We had a fun evening at our friends' house. Because James is, and always will be, a kid at heart, the theme for the night was The Avengers. I gave him an Avengers t-shirt. I made him put it on with his eyes closed, then put another shirt on top of it. He wasn't able to take the top shirt off and look until we were at Tom's and Susan's house. Susan had put Avengers party decorations all around, and she had gotten Avengers plates, napkins, and cups. The cake was also decorated with the Avengers. None of us realized until the cake topper was removed that it lit up. Tom and Susan gave James a nice, large, framed photo of Wrigley Field. To top the night off, we watched the movie "The Avengers."


----------



## licia

Barbara, sounds like James was very happy with his birthday surprises. Does he ever come to the site anymore? I know one time you said he was studying a lot.


----------



## Maidrite

I am here to stay, I just have a lot to keep up with as a designer, but I am always around, Capt. America had my favorite line in the movie, He said, " There is only one GOD and I don't think he dresses like that!" LOL and when Loki stood there telling the Hulk he was so bad, before the last words left his mouth Hulk kicked him to the curb LOL.

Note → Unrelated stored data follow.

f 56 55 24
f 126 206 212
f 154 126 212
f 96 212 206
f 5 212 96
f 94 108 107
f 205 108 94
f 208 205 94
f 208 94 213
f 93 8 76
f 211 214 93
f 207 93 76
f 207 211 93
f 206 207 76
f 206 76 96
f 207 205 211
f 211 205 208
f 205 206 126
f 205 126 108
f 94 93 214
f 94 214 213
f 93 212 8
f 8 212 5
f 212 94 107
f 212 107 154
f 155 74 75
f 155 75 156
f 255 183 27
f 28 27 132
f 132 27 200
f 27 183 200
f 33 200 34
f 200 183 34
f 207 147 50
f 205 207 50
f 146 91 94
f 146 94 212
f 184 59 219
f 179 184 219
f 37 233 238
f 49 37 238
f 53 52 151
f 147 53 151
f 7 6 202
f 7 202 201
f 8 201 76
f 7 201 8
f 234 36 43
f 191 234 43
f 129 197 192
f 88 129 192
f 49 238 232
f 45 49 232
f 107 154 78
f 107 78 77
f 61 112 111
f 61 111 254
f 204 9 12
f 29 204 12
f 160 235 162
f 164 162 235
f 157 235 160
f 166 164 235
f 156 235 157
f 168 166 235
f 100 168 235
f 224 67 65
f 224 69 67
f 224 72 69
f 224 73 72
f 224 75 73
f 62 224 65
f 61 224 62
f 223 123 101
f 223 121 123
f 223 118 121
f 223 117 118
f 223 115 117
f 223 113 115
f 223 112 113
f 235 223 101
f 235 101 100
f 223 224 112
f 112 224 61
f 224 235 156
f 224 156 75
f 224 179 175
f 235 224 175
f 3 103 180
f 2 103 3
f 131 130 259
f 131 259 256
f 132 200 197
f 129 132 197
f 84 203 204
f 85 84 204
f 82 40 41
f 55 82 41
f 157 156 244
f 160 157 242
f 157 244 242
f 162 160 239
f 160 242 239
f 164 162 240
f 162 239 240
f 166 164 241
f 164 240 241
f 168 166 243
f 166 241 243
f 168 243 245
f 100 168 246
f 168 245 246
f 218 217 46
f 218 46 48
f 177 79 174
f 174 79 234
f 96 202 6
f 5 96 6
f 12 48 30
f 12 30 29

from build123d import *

THANKS for all the Birthday Wishes I had a great birthday, Its not stuff you get but the fact anybody remembers that really ever counts.
HUGS AND LOVE ALWAYS


----------



## TATTRAT

Better late than never, James I hope you had a FANTASTIC day!! Happy anniversary of your womb liberation, my ole friend!


----------



## taxlady

Happy belated birthday James.


----------



## Chief Longwind Of The North

I didn't even see this.  Happy Belated Birthday, James.  I hope the anniversary of your birth was as great as you are.

Seeeeeya; Chief Longwind of the North


----------